Intraoperative ultrasound (IOUS) has emerged as an indispensable tool in the planning and execution of hepatic resections, offering real-time visualization of liver anatomy, including tumor location, vascular structures, and surrounding parenchyma. This capability is paramount for accurately defining resection margins and effectively avoiding critical vascular structures, thereby enhancing surgical precision and patient safety [1].
The integration of IOUS into the surgical workflow provides critical real-time guidance during liver resections, significantly improving the surgeon's ability to delineate tumor margins and identify vital vascular and biliary structures. This leads to enhanced surgical precision and a reduced risk of incomplete resection, ultimately contributing to safer and more effective management of liver tumors [2].
The accurate assessment of tumor extent and its precise relationship to hepatic vasculature is of utmost importance in liver cancer surgery. IOUS greatly contributes to this by offering superior soft-tissue contrast and enabling visualization of structures that may not be clearly discernible on preoperative imaging, allowing for immediate adjustments in surgical strategy [3].
Intraoperative ultrasound is crucial for identifying satellite nodules and meticulously assessing the vascularity of liver tumors, providing information that is critical for precise resection planning. Its ability to differentiate tumor from non-tumorous liver parenchyma and map the hepatic and portal veins aids in achieving negative resection margins and preserving functional liver volume [4].
The dynamic assessment of liver anatomy and tumor extent offered by IOUS is often superior to static preoperative imaging, particularly in complex resections. This real-time feedback allows surgeons to avoid inadvertent injury to major vascular structures and biliary ducts, leading to safer and more oncologically sound procedures [5].
Intraoperative ultrasound plays a pivotal role in refining surgical margins by providing real-time imaging of the liver parenchyma and its neoplastic involvement.

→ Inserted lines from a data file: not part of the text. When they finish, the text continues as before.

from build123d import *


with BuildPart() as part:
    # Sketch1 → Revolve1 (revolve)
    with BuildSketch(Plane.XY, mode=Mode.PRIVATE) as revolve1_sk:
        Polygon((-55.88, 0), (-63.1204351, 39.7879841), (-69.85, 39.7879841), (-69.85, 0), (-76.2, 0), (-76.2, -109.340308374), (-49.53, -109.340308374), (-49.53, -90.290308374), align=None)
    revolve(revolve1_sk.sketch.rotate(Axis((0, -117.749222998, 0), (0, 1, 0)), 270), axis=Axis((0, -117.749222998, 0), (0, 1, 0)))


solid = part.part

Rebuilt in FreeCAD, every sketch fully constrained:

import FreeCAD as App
import Part
import Sketcher

V = App.Vector
Q = App.Units.Quantity

doc = App.newDocument("Part")
body = doc.addObject("PartDesign::Body", "Body")

# Sketch on XY plane
sketch1 = body.newObject("Sketcher::SketchObject", "Sketch")
sketch1.AttachmentSupport = (doc.getObject("XY_Plane"), [""])
sketch1.MapMode = "FlatFace"
sketch1.addGeometry([
    Part.LineSegment(V(-55.88, 0, 0), V(-63.120435, 39.787984, 0)),  # 0
    Part.LineSegment(V(-63.120435, 39.787984, 0), V(-69.85, 39.787984, 0)),  # 1
    Part.LineSegment(V(-69.85, 39.787984, 0), V(-69.85, 0, 0)),  # 2
    Part.LineSegment(V(-69.85, 0, 0), V(-76.2, 0, 0)),  # 3
    Part.LineSegment(V(-76.2, 0, 0), V(-76.2, -109.340308, 0)),  # 4
    Part.LineSegment(V(-76.2, -109.340308, 0), V(-49.53, -109.340308, 0)),  # 5
    Part.LineSegment(V(-49.53, -109.340308, 0), V(-49.53, -90.290308, 0)),  # 6
    Part.LineSegment(V(-49.53, -90.290308, 0), V(-55.88, 0, 0)),  # 7
], False)
sketch1.addConstraint([
    Sketcher.Constraint("Coincident", 0, 2, 1, 1),
    Sketcher.Constraint("Coincident", 1, 2, 2, 1),
    Sketcher.Constraint("Coincident", 2, 2, 3, 1),
    Sketcher.Constraint("Coincident", 3, 2, 4, 1),
    Sketcher.Constraint("Coincident", 4, 2, 5, 1),
    Sketcher.Constraint("Coincident", 5, 2, 6, 1),
    Sketcher.Constraint("Coincident", 6, 2, 7, 1),
    Sketcher.Constraint("Coincident", 7, 2, 0, 1),
    Sketcher.Constraint("Horizontal", 1),
    Sketcher.Constraint("Vertical", 2),
    Sketcher.Constraint("Horizontal", 3),
    Sketcher.Constraint("Vertical", 4),
    Sketcher.Constraint("Horizontal", 5),
    Sketcher.Constraint("Vertical", 6),
    Sketcher.Constraint("PointOnObject", 2, 2, -1),
    Sketcher.Constraint("PointOnObject", 7, 2, -1),
    Sketcher.Constraint("DistanceX", 3, 2, -1, 1, Q("3 in")),
    Sketcher.Constraint("DistanceX", 3, 2, 3, 1, Q("0.25 in")),
    Sketcher.Constraint("DistanceX", 5, 1, 5, 2, Q("1.05 in")),
    Sketcher.Constraint("DistanceY", 6, 1, 6, 2, Q("0.75 in")),
    Sketcher.Constraint("DistanceX", 7, 2, -1, 1, Q("2.2 in")),
    Sketcher.Constraint("DistanceY", 4, 2, 4, 1, Q("109.340308 mm")),
    Sketcher.Constraint("Distance", 0, Q("40.441409 mm")),
    Sketcher.Constraint("DistanceX", 1, 2, 1, 1, Q("6.729565 mm")),
])
revolution = body.newObject("PartDesign::Revolution", "Revolution")
revolution.Profile = sketch1
revolution.ReferenceAxis = (sketch1, ["V_Axis"])
revolution.Angle = 360

doc.recompute()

It aids in the precise localization of tumors, especially those that are deeply seated or not clearly demarcated on preoperative scans, thereby enabling the surgeon to achieve adequate resection planes and potentially reduce local recurrence [6].
For patients undergoing resection of liver metastases, IOUS is critical for detecting occult lesions and mapping disease distribution. Its high resolution and real-time nature facilitate accurate lesion identification, preventing intraoperative surprises and guiding the extent of resection to achieve complete tumor removal [7].

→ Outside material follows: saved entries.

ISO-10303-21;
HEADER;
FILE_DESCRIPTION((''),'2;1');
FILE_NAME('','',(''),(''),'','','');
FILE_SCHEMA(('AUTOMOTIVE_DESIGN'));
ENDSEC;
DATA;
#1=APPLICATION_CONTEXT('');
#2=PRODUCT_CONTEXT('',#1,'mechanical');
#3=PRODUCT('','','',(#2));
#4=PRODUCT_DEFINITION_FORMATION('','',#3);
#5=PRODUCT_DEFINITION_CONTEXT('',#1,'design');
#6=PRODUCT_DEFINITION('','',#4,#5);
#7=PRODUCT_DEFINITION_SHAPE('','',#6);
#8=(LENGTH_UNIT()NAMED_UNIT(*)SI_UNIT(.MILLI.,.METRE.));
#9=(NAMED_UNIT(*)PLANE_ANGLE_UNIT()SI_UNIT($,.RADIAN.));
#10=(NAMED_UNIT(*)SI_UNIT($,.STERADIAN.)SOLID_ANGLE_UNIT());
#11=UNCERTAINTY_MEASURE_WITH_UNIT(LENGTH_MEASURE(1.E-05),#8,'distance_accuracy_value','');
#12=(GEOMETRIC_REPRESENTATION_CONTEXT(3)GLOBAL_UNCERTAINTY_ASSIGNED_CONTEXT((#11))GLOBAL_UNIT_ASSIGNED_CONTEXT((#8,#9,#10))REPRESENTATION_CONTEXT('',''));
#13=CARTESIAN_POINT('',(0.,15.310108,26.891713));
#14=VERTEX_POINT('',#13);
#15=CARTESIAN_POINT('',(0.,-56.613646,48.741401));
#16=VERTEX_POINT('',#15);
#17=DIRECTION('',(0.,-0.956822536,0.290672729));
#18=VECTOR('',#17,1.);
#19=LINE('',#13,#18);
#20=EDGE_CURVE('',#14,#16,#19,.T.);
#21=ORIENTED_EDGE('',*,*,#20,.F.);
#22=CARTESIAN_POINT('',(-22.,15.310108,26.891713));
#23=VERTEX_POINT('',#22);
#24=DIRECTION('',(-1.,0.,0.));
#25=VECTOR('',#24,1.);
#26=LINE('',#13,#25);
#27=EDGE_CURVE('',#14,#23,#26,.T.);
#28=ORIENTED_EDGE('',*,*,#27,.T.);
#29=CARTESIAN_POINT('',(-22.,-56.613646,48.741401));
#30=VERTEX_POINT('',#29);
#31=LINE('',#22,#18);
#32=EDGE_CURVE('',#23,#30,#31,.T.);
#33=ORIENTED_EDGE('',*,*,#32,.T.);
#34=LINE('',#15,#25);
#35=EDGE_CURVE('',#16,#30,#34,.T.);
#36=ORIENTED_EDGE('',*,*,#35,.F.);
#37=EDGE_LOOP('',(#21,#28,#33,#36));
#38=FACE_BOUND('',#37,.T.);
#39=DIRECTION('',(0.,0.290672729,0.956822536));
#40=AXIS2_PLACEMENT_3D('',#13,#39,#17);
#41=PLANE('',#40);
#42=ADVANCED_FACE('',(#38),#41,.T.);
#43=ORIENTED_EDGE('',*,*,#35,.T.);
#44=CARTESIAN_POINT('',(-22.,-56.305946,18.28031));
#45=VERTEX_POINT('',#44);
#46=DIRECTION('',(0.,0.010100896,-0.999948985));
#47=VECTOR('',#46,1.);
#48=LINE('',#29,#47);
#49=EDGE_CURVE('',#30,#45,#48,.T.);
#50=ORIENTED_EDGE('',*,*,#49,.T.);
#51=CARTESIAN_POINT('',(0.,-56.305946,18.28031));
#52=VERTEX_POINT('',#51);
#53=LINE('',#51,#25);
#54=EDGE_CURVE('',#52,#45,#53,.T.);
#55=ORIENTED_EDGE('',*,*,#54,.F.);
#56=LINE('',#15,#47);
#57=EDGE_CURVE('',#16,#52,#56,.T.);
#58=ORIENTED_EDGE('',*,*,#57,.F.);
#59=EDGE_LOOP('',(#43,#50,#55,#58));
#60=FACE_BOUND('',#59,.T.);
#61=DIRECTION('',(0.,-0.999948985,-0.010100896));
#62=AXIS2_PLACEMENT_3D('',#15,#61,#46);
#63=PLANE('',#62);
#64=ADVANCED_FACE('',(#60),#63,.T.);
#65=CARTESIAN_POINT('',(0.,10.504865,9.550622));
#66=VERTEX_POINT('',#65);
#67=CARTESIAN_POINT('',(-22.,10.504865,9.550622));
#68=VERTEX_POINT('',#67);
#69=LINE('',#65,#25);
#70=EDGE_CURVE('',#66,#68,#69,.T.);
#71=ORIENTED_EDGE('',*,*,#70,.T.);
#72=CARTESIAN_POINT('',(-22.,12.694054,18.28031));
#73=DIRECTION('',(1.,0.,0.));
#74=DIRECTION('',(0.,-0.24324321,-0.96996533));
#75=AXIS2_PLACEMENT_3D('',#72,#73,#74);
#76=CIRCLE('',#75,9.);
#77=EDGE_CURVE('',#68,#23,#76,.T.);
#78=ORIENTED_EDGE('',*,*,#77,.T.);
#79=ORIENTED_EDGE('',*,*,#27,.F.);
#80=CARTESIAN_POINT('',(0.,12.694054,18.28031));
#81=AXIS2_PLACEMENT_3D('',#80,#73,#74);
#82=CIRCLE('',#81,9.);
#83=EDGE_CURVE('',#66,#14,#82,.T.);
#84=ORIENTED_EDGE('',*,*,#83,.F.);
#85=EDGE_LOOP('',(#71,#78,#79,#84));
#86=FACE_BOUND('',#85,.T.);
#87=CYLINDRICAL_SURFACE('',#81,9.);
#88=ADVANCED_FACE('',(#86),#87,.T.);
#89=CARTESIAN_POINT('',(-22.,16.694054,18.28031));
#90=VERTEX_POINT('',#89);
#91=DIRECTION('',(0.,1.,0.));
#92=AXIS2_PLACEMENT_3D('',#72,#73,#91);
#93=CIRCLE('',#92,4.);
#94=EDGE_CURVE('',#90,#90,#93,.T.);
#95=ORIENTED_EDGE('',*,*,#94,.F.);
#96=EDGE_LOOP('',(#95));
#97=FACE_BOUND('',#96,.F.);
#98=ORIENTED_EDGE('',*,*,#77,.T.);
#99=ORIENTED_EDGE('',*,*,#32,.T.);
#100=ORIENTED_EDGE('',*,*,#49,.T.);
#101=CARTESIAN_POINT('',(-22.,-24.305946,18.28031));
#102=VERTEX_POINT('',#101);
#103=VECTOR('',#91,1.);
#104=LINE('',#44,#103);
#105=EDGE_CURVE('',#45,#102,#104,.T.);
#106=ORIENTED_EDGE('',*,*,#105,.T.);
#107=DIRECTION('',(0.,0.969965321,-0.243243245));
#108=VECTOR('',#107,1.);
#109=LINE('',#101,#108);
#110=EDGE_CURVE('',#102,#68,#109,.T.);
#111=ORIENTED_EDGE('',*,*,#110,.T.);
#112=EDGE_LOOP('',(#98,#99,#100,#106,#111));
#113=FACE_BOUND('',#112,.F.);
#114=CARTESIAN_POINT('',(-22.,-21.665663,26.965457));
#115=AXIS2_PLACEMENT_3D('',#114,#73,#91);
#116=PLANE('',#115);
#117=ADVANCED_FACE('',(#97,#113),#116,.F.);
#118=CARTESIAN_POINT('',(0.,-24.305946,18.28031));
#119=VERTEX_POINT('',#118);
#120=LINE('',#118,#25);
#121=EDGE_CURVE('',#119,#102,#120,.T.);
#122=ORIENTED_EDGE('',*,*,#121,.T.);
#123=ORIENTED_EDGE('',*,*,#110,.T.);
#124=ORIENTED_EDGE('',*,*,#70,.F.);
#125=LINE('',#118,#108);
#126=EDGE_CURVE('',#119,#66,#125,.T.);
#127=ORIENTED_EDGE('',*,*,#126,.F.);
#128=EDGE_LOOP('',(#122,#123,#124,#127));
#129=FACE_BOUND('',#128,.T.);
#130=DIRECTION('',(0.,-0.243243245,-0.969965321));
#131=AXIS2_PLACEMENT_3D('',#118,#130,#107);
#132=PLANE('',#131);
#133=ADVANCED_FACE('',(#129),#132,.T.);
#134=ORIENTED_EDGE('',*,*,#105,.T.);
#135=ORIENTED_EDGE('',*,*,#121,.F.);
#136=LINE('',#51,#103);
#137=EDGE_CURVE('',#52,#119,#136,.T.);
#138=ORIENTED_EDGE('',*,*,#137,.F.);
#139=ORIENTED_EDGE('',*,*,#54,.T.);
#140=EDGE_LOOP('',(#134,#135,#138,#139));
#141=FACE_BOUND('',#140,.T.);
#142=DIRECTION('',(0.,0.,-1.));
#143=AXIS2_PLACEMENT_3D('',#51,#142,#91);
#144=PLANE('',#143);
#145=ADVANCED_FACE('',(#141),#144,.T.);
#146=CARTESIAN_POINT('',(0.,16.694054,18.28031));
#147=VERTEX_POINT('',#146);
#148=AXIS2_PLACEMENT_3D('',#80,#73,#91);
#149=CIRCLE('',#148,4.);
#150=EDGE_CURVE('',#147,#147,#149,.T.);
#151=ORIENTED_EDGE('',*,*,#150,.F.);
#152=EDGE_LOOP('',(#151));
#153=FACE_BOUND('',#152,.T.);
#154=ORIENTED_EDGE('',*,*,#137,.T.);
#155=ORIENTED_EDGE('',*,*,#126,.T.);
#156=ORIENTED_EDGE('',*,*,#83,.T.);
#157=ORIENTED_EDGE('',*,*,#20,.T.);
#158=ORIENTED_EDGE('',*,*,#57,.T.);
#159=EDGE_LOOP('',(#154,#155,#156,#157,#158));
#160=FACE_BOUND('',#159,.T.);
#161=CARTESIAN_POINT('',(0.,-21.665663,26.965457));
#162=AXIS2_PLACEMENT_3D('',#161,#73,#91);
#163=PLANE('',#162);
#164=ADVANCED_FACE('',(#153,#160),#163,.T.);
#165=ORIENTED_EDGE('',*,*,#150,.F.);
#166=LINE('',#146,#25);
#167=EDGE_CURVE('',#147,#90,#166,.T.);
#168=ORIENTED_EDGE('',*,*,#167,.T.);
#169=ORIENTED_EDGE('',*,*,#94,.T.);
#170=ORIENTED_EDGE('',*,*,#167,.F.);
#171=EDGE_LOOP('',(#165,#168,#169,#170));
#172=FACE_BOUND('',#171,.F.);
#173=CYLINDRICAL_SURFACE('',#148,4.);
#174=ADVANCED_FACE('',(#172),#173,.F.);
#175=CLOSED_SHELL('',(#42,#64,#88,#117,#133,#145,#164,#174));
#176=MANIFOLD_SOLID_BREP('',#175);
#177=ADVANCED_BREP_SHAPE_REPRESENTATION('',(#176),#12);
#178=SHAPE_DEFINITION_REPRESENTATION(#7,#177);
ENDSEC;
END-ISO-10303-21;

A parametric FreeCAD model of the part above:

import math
import FreeCAD as App
import Part
import Sketcher
from FreeCAD import Vector
Q = App.Units.Quantity

doc = App.newDocument("Part")
params = doc.addObject("Spreadsheet::Sheet", "Params")
for row, (alias, value) in enumerate([
    ("sketch1_diameter", "8 mm"),
    ("sketch1_radius", "9 mm"),
    ("sketch1_width", "32 mm"),
    ("pad1_length", "22 mm"),
], start=1):
    params.set(f"A{row}", alias)
    params.set(f"B{row}", "=" + value)
    params.setAlias(f"B{row}", alias)

body = doc.addObject("PartDesign::Body", "Body")

sketch1 = doc.addObject("Sketcher::SketchObject", "Sketch")
body.addObject(sketch1)
sketch1.AttachmentSupport = (doc.YZ_Plane, [""])
sketch1.MapMode = "FlatFace"
sketch1.addGeometry(Part.LineSegment(Vector(-56.613646, 48.741401, 0), Vector(-56.305946, 18.28031, 0)), False)
sketch1.addGeometry(Part.LineSegment(Vector(-56.305946, 18.28031, 0), Vector(-24.305946, 18.28031, 0)), False)
sketch1.addGeometry(Part.LineSegment(Vector(-24.305946, 18.28031, 0), Vector(10.504865, 9.550622, 0)), False)
sketch1.addGeometry(Part.ArcOfCircle(Part.Circle(Vector(12.694054, 18.28031, 0), Vector(0, 0, 1), 9), math.radians(-104.078037), math.radians(73.101768)), False)
sketch1.addGeometry(Part.LineSegment(Vector(15.310108, 26.891713, 0), Vector(-56.613646, 48.741401, 0)), False)
sketch1.addGeometry(Part.Circle(Vector(12.694054, 18.28031, 0), Vector(0, 0, 1), 4), False)
sketch1.addConstraint(Sketcher.Constraint("Coincident", 0, 2, 1, 1))
sketch1.addConstraint(Sketcher.Constraint("Coincident", 1, 2, 2, 1))
sketch1.addConstraint(Sketcher.Constraint("Tangent", 2, 2, 3, 1))
sketch1.addConstraint(Sketcher.Constraint("Tangent", 3, 2, 4, 1))
sketch1.addConstraint(Sketcher.Constraint("Coincident", 4, 2, 0, 1))
sketch1.addConstraint(Sketcher.Constraint("Horizontal", 1))
sketch1.addConstraint(Sketcher.Constraint("Coincident", 5, 3, 3, 3))
sketch1.addConstraint(Sketcher.Constraint("Horizontal", 5, 3, 0, 2))
sketch1.addConstraint(Sketcher.Constraint("Diameter", 5, Q("8 mm")))
sketch1.addConstraint(Sketcher.Constraint("Radius", 3, Q("9 mm")))
sketch1.addConstraint(Sketcher.Constraint("DistanceX", 1, 1, 1, 2, Q("32 mm")))
sketch1.addConstraint(Sketcher.Constraint("DistanceX", 0, 2, 3, 3, Q("69 mm")))
sketch1.addConstraint(Sketcher.Constraint("DistanceY", -1, 1, 4, 2, Q("48.741401 mm")))
sketch1.addConstraint(Sketcher.Constraint("DistanceX", 4, 2, 0, 2, Q("0.3077 mm")))
sketch1.addConstraint(Sketcher.Constraint("DistanceY", -1, 1, 3, 3, Q("18.28031 mm")))
sketch1.addConstraint(Sketcher.Constraint("DistanceX", -1, 1, 3, 3, Q("12.694054 mm")))
sketch1.setExpression("Constraints[8]", "Params.sketch1_diameter")
sketch1.setExpression("Constraints[9]", "Params.sketch1_radius")
sketch1.setExpression("Constraints[10]", "Params.sketch1_width")
pad1 = doc.addObject("PartDesign::Pad", "Pad")
body.addObject(pad1)
pad1.Profile = sketch1
pad1.setExpression("Length", "Params.pad1_length")
pad1.Reversed = True

doc.recompute()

The utility of IOUS extends to guiding minimally invasive liver resections, such as laparoscopic procedures, by providing essential anatomical landmarks and tumor localization, which are more challenging in this setting. This technology enhances precision and safety, enabling the successful completion of complex resections with reduced invasiveness [8].

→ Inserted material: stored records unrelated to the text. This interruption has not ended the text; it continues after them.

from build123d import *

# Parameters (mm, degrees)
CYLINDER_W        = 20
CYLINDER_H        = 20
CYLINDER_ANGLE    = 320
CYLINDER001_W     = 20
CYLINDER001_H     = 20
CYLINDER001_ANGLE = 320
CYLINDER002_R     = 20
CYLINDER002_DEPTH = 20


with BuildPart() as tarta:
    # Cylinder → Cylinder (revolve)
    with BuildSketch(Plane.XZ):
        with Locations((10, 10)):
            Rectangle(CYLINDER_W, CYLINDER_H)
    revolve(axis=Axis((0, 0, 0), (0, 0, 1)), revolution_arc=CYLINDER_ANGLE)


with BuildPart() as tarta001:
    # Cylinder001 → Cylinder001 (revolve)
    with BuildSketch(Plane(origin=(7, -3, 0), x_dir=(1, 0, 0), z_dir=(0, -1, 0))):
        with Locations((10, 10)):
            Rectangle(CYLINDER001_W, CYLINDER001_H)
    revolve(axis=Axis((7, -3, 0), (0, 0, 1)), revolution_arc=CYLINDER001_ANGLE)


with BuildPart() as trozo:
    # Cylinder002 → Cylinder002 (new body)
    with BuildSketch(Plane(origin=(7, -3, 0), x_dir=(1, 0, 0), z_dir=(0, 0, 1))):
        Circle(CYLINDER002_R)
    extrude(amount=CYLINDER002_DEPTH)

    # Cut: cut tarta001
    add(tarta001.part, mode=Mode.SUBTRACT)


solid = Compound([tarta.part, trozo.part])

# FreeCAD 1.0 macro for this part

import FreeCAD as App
import Part
import Sketcher

V = App.Vector
Q = App.Units.Quantity

doc = App.newDocument("Part")
body = doc.addObject("PartDesign::Body", "Body")

sketch1 = doc.addObject("Sketcher::SketchObject", "Sketch")
body.addObject(sketch1)
sketch1.AttachmentSupport = (doc.XZ_Plane, [""])
sketch1.MapMode = "FlatFace"
sketch1.addGeometry([
    Part.LineSegment(V(0, 20, 0), V(0, 0, 0)),
    Part.LineSegment(V(0, 0, 0), V(20, 0, 0)),
    Part.LineSegment(V(20, 0, 0), V(20, 20, 0)),
    Part.LineSegment(V(20, 20, 0), V(0, 20, 0)),
], False)
sketch1.addConstraint([
    Sketcher.Constraint("Coincident", 0, 2, 1, 1),
    Sketcher.Constraint("Coincident", 1, 2, 2, 1),
    Sketcher.Constraint("Coincident", 2, 2, 3, 1),
    Sketcher.Constraint("Coincident", 3, 2, 0, 1),
    Sketcher.Constraint("Vertical", 0),
    Sketcher.Constraint("Horizontal", 1),
    Sketcher.Constraint("Vertical", 2),
    Sketcher.Constraint("Horizontal", 3),
    Sketcher.Constraint("Coincident", 0, 2, -1, 1),
    Sketcher.Constraint("Equal", 3, 0),
    Sketcher.Constraint("DistanceX", 1, 1, 1, 2, Q("20 mm")),
])
revolution = doc.addObject("PartDesign::Revolution", "Revolution")
body.addObject(revolution)
revolution.Profile = sketch1
revolution.ReferenceAxis = (sketch1, ["V_Axis"])
revolution.Angle = 320
body2 = doc.addObject("PartDesign::Body", "Body001")

sketch2 = doc.addObject("Sketcher::SketchObject", "Sketch001")
body2.addObject(sketch2)
sketch2.AttachmentSupport = (doc.getObject("XZ_Plane001"), [""])
sketch2.MapMode = "FlatFace"
sketch2.AttachmentOffset = App.Placement(V(0, 0, 3), App.Rotation())
sketch2.addGeometry([
    Part.LineSegment(V(7, 20, 0), V(7, 0, 0)),
    Part.LineSegment(V(7, 0, 0), V(27, 0, 0)),
    Part.LineSegment(V(27, 0, 0), V(27, 20, 0)),
    Part.LineSegment(V(27, 20, 0), V(7, 20, 0)),
], False)
sketch2.addGeometry(Part.LineSegment(V(7, 0, 0), V(7, 20, 0)), True)
sketch2.addConstraint([
    Sketcher.Constraint("Coincident", 0, 2, 1, 1),
    Sketcher.Constraint("Coincident", 1, 2, 2, 1),
    Sketcher.Constraint("Coincident", 2, 2, 3, 1),
    Sketcher.Constraint("Coincident", 3, 2, 0, 1),
    Sketcher.Constraint("Vertical", 0),
    Sketcher.Constraint("Horizontal", 1),
    Sketcher.Constraint("Vertical", 2),
    Sketcher.Constraint("Horizontal", 3),
    Sketcher.Constraint("Vertical", 4),
    Sketcher.Constraint("Coincident", 4, 1, 0, 2),
    Sketcher.Constraint("PointOnObject", 0, 2, -1),
    Sketcher.Constraint("Horizontal", 2, 2, 4, 2),
    Sketcher.Constraint("Equal", 3, 0),
    Sketcher.Constraint("DistanceX", 1, 1, 1, 2, Q("20 mm")),
    Sketcher.Constraint("DistanceX", -1, 1, 0, 2, Q("7 mm")),
])
revolution2 = doc.addObject("PartDesign::Revolution", "Revolution001")
body2.addObject(revolution2)
revolution2.Profile = sketch2
revolution2.ReferenceAxis = (sketch2, ["Axis0"])
revolution2.Angle = 320
body3 = doc.addObject("PartDesign::Body", "Body002")

sketch3 = doc.addObject("Sketcher::SketchObject", "Sketch002")
body3.addObject(sketch3)
sketch3.AttachmentSupport = (doc.getObject("XY_Plane002"), [""])
sketch3.MapMode = "FlatFace"
sketch3.addGeometry(Part.Circle(V(7, -3, 0), V(0, 0, 1), 20), False)
sketch3.addConstraint([
    Sketcher.Constraint("Diameter", 0, Q("40 mm")),
    Sketcher.Constraint("DistanceX", -1, 1, 0, 3, Q("7 mm")),
    Sketcher.Constraint("DistanceY", 0, 3, -1, 1, Q("3 mm")),
])
pad1 = doc.addObject("PartDesign::Pad", "Pad")
body3.addObject(pad1)
pad1.Profile = sketch3
pad1.Length = 20
doc.recompute()

boolean = doc.addObject("PartDesign::Boolean", "Boolean")
body3.addObject(boolean)
boolean.Type = "Cut"
boolean.addObjects([body2])

doc.recompute()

Intraoperative ultrasound offers a distinct advantage in delineating the precise anatomical relationship between liver tumors and major vascular structures, such as the portal vein and hepatic veins. This detailed understanding is critical for planning surgical approaches to minimize vascular complications and ensure adequate resection while preserving necessary vessels [9].
The learning curve associated with IOUS in hepatic resections is manageable, and its widespread adoption can significantly improve the safety and efficacy of liver surgery. Training surgeons in its proficient use is essential for maximizing its benefits in defining resection planes, identifying vital structures, and ultimately achieving better patient outcomes [10].
Intraoperative ultrasound (IOUS) serves as a vital adjunct in hepatic resection planning, providing real-time visualization of the liver's intricate anatomy. This includes the precise location of tumors, the course of vascular structures, and the characteristics of the surrounding parenchyma, all of which are crucial for establishing appropriate resection margins and preventing injury to major vessels [1].
During liver resections, IOUS offers indispensable real-time guidance, empowering surgeons to accurately delineate tumor margins and identify critical vascular and biliary conduits. This enhanced visualization directly contributes to improved surgical precision, a reduced likelihood of incomplete resection, and ultimately, safer and more effective management of hepatic malignancies [2].
In the context of liver cancer surgery, the meticulous assessment of tumor extent and its exact spatial relationship with hepatic vasculature is of paramount importance. IOUS significantly aids in this process by delivering superior soft-tissue contrast and revealing structures not clearly depicted on preoperative imaging, thereby facilitating immediate strategic adjustments during the operation [3].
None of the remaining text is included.